A Irmandade dos Clérigos, na Diocese do Porto, informa que “suspende as visitas à torre, museu e igreja”, e as respetivas celebrações, a partir deste sábado, 14 de março e o dia 3 de abril.

“É a decisão mais responsável a tomar no atual contexto, tendo em conta a situação de prevenção e contenção da propagação do novo coronavírus Covid-19 e que tem como principal objetivo a proteção de trabalhadores e visitantes, numa operação que recebe diariamente cerca de 3 mil pessoas, 85% oriundas de vários países”, informa a Irmandade dos Clérigos.

Num comunicado enviado hoje à Agência ECCLESIA, a irmandade do ex-libris da Diocese do Porto informa que acompanha a decisão da Câmara Municipal do Porto, que “levou ao cancelamento de todos os eventos” promovidos pelo município, o encerramento temporário de todos os museus e bibliotecas municipais, bem como as recomendações da Direção Geral de Saúde – DGS e da Organização Mundial de Saúde, e as medidas extraordinárias aprovadas pelo Governo Português, esta quinta-feira, face à “emergência de saúde pública”.

A Conferência Episcopal Portuguesa (CEP) determinou também, esta manhã, a suspensão da celebração comunitária das Missas, até “ser superada atual situação de emergência” originada pelo coronavírus Covid-19.

No comunicado, a Irmandade dos Clérigos, na Diocese do Porto, refere ainda que irá atualizando a informação em “estreia consonância” com as autoridades civis, de saúde, e demais entidades e associações do turismo.
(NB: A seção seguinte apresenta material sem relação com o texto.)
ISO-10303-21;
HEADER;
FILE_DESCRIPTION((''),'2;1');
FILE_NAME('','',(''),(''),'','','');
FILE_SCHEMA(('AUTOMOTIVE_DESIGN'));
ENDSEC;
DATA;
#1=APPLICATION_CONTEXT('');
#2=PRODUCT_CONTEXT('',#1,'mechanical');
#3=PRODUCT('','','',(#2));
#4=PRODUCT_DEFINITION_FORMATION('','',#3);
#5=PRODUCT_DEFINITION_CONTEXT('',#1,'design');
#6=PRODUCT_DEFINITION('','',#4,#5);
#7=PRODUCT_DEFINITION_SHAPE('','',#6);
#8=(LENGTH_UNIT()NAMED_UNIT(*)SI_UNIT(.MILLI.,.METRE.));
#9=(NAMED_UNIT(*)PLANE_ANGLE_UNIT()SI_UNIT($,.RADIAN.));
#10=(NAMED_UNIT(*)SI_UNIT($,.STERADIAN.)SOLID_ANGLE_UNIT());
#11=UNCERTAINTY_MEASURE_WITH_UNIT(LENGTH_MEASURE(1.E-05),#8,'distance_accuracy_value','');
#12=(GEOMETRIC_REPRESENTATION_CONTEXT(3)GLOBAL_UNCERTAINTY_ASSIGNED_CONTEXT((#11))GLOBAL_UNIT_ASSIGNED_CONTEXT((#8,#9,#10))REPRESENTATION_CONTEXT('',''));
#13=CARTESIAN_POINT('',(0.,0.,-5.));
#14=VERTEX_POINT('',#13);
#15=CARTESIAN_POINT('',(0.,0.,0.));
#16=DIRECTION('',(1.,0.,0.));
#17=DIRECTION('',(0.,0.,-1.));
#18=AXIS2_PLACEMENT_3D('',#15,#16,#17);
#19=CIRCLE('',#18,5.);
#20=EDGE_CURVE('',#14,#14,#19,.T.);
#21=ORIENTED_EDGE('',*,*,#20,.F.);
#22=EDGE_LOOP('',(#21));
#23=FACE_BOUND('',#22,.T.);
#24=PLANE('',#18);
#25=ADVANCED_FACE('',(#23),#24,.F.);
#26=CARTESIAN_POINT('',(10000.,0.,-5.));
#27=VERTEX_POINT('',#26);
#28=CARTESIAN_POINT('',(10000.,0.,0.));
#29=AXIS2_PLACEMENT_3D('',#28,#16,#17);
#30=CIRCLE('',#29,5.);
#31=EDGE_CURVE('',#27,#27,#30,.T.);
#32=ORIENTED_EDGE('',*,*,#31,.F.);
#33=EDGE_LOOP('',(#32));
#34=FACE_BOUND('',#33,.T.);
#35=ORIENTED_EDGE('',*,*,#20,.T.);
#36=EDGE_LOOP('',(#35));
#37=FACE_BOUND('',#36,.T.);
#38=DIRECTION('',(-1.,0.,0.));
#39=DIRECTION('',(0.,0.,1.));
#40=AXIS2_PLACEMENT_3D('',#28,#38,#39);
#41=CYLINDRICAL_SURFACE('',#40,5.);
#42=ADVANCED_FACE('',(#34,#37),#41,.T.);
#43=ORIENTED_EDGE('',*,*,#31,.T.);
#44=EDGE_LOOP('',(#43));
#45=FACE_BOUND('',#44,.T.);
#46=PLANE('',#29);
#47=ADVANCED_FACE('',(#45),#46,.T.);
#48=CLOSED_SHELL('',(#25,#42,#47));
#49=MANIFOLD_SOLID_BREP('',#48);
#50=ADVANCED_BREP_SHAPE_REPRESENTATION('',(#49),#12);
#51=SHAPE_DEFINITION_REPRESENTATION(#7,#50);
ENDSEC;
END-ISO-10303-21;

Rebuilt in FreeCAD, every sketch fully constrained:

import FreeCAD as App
import Part
import Sketcher
from FreeCAD import Vector
Q = App.Units.Quantity

doc = App.newDocument("Part")
body = doc.addObject("PartDesign::Body", "Body")

# Sketch on YZ plane
sketch1 = body.newObject("Sketcher::SketchObject", "Sketch")
sketch1.AttachmentSupport = (doc.getObject("YZ_Plane"), [""])
sketch1.MapMode = "FlatFace"
sketch1.addGeometry(Part.Circle(Vector(0, 0, 0), Vector(0, 0, 1), 5), False)
sketch1.addConstraint([
    Sketcher.Constraint("Coincident", 0, 3, -1, 1),
    Sketcher.Constraint("Diameter", 0, Q("10 mm")),
])
pad1 = body.newObject("PartDesign::Pad", "Pad")
pad1.Profile = sketch1
pad1.Length = 10000

doc.recompute()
Irmandade dos Clérigos nasceu em 1707, resultando da união de três Irmandades da cidade do Porto, para exercer obras de piedade ou de caridade; Em 1753 o arquiteto italiano Nicolau Nasoni foi convidado para desenhar e construir a nova sede, um trabalho que inicia em 1732, com a Torre dos Clérigos a abrir as suas portas em 1763, tornando-se a mais alta torre sineira em Portugal, com mais de 75 metros.
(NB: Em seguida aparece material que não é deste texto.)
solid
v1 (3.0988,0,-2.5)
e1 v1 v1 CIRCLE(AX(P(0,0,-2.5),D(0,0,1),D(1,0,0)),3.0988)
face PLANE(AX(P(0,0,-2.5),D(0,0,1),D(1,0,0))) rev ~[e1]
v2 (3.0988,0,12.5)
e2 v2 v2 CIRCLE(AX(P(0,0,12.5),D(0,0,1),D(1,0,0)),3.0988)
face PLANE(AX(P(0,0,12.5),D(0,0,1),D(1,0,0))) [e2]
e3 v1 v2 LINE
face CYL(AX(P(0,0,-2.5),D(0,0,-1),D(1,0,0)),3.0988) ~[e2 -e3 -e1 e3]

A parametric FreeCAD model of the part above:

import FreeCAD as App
import Part
import Sketcher

V = App.Vector

doc = App.newDocument("Part")
body = doc.addObject("PartDesign::Body", "Body")

# Sketch on XY plane
sketch1 = body.newObject("Sketcher::SketchObject", "Sketch")
sketch1.AttachmentSupport = (doc.getObject("XY_Plane"), [""])
sketch1.MapMode = "FlatFace"
sketch1.AttachmentOffset = App.Placement(V(0, 0, -2.5), App.Rotation())
sketch1.addGeometry(Part.Circle(V(0, 0, 0), V(0, 0, 1), 3.1), False)
sketch1.addConstraint([
    Sketcher.Constraint("Coincident", 0, 3, -1, 1),
    Sketcher.Constraint("Diameter", 0, 6.1976),
])
pad1 = body.newObject("PartDesign::Pad", "Pad")
pad1.Profile = sketch1
pad1.Length = 15

doc.recompute()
O surto de Covid-19, foi detetado em dezembro de 2019, na China, e já provocou mais de 4900 mortos em todo o mundo, levando a Organização Mundial de Saúde a declarar a doença como pandemia.

Em Portugal, a Direção-Geral da Saúde (DGS) atualizou hoje o número de casos confirmados, que passou de 78 para 112, dos quais 107 estão internados.

O Governo decidiu também declarar o estado de alerta em todo o país, colocando os meios de proteção civil e as forças e serviços de segurança em prontidão.